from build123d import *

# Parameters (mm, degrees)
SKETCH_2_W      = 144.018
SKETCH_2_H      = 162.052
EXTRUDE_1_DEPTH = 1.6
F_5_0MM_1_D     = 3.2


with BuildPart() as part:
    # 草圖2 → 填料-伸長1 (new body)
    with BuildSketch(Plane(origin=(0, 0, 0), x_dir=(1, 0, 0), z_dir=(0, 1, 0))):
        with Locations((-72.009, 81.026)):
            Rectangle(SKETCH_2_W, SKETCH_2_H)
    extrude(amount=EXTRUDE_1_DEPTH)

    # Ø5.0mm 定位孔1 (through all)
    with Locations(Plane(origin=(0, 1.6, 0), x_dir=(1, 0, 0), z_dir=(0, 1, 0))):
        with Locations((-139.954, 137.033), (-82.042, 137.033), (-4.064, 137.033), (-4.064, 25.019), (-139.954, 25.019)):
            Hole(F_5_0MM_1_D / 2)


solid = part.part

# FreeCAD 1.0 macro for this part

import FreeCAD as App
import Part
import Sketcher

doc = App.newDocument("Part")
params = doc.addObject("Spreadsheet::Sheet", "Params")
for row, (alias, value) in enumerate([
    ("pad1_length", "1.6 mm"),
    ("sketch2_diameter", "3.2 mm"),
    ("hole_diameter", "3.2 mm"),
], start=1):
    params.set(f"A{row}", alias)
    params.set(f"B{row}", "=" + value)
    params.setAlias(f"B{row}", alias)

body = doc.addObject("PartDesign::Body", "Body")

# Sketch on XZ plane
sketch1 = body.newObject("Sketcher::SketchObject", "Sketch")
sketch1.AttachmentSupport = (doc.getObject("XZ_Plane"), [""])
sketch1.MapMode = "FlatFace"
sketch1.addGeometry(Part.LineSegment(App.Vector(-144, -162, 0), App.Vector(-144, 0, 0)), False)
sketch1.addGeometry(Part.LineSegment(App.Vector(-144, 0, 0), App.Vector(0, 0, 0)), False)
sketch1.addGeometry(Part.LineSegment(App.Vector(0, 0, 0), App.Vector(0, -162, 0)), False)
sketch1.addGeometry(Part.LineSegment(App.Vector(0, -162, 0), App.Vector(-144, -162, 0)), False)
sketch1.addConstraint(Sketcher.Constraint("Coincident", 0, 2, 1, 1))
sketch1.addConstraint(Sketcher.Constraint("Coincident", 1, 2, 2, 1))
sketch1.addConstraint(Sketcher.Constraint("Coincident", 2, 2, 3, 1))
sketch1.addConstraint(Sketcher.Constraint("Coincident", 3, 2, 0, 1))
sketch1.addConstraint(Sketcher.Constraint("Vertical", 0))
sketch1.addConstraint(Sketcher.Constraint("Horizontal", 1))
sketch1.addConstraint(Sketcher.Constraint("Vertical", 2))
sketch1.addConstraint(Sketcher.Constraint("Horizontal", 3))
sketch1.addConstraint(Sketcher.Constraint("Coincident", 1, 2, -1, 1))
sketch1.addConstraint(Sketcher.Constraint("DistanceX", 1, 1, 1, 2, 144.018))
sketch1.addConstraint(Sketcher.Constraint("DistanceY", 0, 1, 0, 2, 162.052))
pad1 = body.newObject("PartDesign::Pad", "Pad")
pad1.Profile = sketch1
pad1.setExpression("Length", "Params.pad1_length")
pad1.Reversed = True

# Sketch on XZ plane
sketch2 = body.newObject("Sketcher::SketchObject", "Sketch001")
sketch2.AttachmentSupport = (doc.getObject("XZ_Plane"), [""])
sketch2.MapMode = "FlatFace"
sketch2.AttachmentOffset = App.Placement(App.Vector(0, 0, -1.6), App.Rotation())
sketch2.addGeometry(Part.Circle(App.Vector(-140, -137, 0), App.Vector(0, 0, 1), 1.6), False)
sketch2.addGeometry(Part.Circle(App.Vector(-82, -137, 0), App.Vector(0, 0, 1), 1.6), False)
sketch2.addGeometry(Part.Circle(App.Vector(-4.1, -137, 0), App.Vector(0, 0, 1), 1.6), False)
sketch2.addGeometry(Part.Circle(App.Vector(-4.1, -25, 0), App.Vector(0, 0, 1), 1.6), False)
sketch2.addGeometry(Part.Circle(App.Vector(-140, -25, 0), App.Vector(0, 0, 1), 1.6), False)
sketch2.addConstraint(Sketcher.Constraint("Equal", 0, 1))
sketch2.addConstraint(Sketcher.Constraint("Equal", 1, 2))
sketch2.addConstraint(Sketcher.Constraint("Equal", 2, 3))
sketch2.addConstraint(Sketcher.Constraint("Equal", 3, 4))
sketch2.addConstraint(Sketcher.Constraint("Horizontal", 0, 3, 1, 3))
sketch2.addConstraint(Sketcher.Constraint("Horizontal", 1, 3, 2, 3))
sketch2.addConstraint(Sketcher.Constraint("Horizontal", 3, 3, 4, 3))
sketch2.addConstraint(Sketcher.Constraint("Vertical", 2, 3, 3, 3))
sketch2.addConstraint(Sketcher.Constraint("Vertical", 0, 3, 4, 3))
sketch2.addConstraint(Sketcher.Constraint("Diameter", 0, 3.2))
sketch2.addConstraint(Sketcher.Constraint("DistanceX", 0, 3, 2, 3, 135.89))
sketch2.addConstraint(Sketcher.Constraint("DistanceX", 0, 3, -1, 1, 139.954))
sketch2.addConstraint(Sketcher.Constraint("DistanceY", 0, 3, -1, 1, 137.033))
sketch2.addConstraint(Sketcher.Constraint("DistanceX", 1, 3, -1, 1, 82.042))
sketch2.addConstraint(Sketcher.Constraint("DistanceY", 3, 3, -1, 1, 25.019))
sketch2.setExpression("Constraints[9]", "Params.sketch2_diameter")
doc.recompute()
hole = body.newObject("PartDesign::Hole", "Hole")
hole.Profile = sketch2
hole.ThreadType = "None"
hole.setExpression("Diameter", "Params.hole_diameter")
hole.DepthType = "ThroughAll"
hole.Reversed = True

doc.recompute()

################

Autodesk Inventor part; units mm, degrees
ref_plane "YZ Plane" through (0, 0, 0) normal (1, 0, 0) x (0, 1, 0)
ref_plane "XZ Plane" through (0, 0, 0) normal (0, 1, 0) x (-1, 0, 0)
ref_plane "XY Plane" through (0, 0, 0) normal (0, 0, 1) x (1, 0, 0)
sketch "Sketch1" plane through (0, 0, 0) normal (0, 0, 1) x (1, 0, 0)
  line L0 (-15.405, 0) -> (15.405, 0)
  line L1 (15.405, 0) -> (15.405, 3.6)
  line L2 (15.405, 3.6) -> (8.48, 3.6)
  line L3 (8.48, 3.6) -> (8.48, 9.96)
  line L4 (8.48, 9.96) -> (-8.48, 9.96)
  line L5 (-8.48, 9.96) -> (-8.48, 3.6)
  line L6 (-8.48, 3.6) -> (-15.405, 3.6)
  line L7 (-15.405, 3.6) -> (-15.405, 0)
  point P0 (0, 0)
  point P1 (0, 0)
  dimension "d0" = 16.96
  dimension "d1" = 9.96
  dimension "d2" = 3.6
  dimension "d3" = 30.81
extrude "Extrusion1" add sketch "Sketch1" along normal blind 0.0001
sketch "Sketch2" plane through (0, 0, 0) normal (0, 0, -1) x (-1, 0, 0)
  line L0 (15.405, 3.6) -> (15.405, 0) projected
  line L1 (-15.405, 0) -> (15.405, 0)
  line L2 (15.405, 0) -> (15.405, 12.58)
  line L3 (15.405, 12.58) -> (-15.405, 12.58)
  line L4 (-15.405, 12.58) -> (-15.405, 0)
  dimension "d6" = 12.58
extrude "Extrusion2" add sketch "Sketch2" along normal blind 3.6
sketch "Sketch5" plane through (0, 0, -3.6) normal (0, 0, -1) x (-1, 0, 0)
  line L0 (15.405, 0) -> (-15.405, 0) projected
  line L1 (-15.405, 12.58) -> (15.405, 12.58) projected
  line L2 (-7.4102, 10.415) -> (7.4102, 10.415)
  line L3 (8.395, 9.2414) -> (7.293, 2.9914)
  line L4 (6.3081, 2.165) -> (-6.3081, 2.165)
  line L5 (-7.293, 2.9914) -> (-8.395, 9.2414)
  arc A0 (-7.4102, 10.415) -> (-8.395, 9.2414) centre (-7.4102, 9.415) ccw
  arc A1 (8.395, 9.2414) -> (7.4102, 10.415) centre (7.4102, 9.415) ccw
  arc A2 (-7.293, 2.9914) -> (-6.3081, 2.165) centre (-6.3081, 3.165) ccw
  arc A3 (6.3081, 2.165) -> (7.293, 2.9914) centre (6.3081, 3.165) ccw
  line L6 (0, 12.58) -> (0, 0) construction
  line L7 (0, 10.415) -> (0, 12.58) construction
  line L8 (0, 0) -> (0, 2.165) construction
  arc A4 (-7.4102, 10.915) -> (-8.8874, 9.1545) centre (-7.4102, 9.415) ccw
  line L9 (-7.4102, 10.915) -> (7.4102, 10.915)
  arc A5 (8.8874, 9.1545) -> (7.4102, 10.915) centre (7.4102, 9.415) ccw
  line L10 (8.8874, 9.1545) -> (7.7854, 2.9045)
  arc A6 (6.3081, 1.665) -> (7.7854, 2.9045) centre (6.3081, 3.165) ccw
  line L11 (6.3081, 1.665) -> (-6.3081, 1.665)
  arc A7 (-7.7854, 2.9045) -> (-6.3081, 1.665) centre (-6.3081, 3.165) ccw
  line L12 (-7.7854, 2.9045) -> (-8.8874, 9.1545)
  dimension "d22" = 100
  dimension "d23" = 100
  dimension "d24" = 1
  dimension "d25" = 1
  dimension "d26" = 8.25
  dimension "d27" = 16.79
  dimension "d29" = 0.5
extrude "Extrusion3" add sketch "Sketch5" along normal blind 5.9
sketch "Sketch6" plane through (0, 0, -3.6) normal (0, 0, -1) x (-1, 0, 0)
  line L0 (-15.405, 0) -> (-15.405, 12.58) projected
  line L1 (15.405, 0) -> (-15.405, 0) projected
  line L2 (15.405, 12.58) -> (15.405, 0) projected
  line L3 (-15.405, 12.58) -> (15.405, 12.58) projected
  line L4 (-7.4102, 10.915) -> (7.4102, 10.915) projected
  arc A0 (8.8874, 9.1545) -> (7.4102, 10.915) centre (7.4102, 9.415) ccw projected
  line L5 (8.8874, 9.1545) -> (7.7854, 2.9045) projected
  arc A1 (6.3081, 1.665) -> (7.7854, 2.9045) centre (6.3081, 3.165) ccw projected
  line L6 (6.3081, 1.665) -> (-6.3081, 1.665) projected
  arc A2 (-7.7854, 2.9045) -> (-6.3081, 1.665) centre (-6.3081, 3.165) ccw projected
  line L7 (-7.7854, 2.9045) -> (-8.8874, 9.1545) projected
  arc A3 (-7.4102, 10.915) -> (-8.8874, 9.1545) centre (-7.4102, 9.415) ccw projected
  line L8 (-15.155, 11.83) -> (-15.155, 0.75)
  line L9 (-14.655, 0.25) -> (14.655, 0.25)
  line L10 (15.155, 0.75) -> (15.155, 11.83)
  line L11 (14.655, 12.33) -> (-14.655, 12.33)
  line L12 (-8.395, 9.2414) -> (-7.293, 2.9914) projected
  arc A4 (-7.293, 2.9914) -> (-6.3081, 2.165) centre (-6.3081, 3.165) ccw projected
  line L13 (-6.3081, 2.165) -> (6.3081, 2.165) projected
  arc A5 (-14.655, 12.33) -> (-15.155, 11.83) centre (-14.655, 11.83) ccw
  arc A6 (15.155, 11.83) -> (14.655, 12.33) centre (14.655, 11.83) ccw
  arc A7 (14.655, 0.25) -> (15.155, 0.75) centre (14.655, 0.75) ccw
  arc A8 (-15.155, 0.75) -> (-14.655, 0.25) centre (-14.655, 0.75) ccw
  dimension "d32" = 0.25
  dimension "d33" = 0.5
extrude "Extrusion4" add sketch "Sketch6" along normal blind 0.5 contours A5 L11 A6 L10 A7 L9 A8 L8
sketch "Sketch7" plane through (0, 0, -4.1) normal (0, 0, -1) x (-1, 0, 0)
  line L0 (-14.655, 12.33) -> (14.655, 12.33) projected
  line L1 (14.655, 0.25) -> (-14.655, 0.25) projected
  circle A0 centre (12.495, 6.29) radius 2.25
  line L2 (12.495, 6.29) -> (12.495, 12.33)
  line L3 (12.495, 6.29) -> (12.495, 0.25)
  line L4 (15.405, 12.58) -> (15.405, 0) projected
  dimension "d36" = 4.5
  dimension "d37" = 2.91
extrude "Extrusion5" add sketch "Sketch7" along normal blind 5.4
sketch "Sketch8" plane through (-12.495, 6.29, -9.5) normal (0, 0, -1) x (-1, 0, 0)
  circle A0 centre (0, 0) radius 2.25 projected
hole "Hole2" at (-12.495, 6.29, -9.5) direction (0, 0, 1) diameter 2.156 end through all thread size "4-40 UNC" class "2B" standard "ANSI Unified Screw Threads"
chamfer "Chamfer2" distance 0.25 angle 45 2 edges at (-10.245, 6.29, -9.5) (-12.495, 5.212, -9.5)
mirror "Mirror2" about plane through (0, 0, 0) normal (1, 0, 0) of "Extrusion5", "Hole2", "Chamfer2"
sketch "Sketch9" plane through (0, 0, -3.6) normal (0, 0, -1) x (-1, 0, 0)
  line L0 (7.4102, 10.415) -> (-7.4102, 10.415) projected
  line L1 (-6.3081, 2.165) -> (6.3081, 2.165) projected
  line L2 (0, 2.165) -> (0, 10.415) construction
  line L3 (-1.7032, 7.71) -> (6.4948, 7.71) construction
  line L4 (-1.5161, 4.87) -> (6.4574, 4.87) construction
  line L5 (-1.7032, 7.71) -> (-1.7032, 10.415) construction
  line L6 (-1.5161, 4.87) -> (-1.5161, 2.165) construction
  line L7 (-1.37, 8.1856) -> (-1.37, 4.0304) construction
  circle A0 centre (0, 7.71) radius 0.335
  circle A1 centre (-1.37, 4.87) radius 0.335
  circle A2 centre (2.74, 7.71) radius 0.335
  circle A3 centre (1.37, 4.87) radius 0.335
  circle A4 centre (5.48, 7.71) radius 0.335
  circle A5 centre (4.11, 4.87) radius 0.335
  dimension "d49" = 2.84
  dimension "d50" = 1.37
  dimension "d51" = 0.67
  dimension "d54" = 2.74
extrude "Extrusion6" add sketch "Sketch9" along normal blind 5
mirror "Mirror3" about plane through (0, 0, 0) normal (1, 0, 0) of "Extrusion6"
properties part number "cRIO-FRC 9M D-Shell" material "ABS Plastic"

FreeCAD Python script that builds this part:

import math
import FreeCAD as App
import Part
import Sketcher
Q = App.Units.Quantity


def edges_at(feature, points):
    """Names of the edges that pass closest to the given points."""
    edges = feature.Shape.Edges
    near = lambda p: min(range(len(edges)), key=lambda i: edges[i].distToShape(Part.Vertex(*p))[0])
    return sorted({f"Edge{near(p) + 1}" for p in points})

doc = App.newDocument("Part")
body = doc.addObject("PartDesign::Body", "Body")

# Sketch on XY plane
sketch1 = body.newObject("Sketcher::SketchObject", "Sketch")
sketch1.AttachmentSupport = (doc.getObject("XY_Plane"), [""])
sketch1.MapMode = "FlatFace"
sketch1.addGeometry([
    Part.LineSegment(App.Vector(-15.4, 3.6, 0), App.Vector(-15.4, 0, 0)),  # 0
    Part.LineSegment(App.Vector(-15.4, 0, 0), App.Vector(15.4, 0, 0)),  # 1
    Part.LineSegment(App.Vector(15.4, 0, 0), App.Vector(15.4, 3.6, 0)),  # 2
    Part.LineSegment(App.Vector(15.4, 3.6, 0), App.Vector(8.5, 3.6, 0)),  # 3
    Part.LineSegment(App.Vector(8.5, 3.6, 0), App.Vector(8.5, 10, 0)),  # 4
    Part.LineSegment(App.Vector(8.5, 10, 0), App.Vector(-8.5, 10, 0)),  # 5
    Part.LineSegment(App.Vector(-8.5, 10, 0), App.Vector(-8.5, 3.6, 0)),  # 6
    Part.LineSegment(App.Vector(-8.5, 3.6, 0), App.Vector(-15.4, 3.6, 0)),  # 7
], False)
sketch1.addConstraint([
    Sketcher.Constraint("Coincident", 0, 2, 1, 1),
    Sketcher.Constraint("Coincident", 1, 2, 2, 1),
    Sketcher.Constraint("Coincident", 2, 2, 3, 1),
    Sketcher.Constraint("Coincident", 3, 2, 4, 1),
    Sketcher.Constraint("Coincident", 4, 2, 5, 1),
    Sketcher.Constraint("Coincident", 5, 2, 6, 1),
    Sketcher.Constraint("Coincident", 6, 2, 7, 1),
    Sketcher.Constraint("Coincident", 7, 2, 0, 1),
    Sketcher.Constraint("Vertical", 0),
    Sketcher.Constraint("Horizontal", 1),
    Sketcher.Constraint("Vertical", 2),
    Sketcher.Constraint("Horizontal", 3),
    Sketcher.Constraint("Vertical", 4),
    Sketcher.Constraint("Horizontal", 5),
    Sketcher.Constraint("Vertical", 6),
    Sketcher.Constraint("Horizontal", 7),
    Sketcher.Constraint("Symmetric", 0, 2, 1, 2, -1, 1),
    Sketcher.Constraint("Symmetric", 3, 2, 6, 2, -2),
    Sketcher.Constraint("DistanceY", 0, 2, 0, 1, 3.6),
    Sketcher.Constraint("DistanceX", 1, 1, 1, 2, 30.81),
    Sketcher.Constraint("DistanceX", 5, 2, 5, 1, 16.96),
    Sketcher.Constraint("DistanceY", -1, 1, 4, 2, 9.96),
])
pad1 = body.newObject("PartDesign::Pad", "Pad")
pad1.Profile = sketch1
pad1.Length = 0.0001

################

* _Exercise brief_:
In the listing above, find the line with "line L9 (-14.655, 0.25) -> (14.655, 0.25)" and the line with "line L12 (-8.395, 9.2414)", then print exactly those lines and every line between them.

* _Response area_:
  line L9 (-14.655, 0.25) -> (14.655, 0.25)
  line L10 (15.155, 0.75) -> (15.155, 11.83)
  line L11 (14.655, 12.33) -> (-14.655, 12.33)
  line L12 (-8.395, 9.2414) -> (-7.293, 2.9914) projected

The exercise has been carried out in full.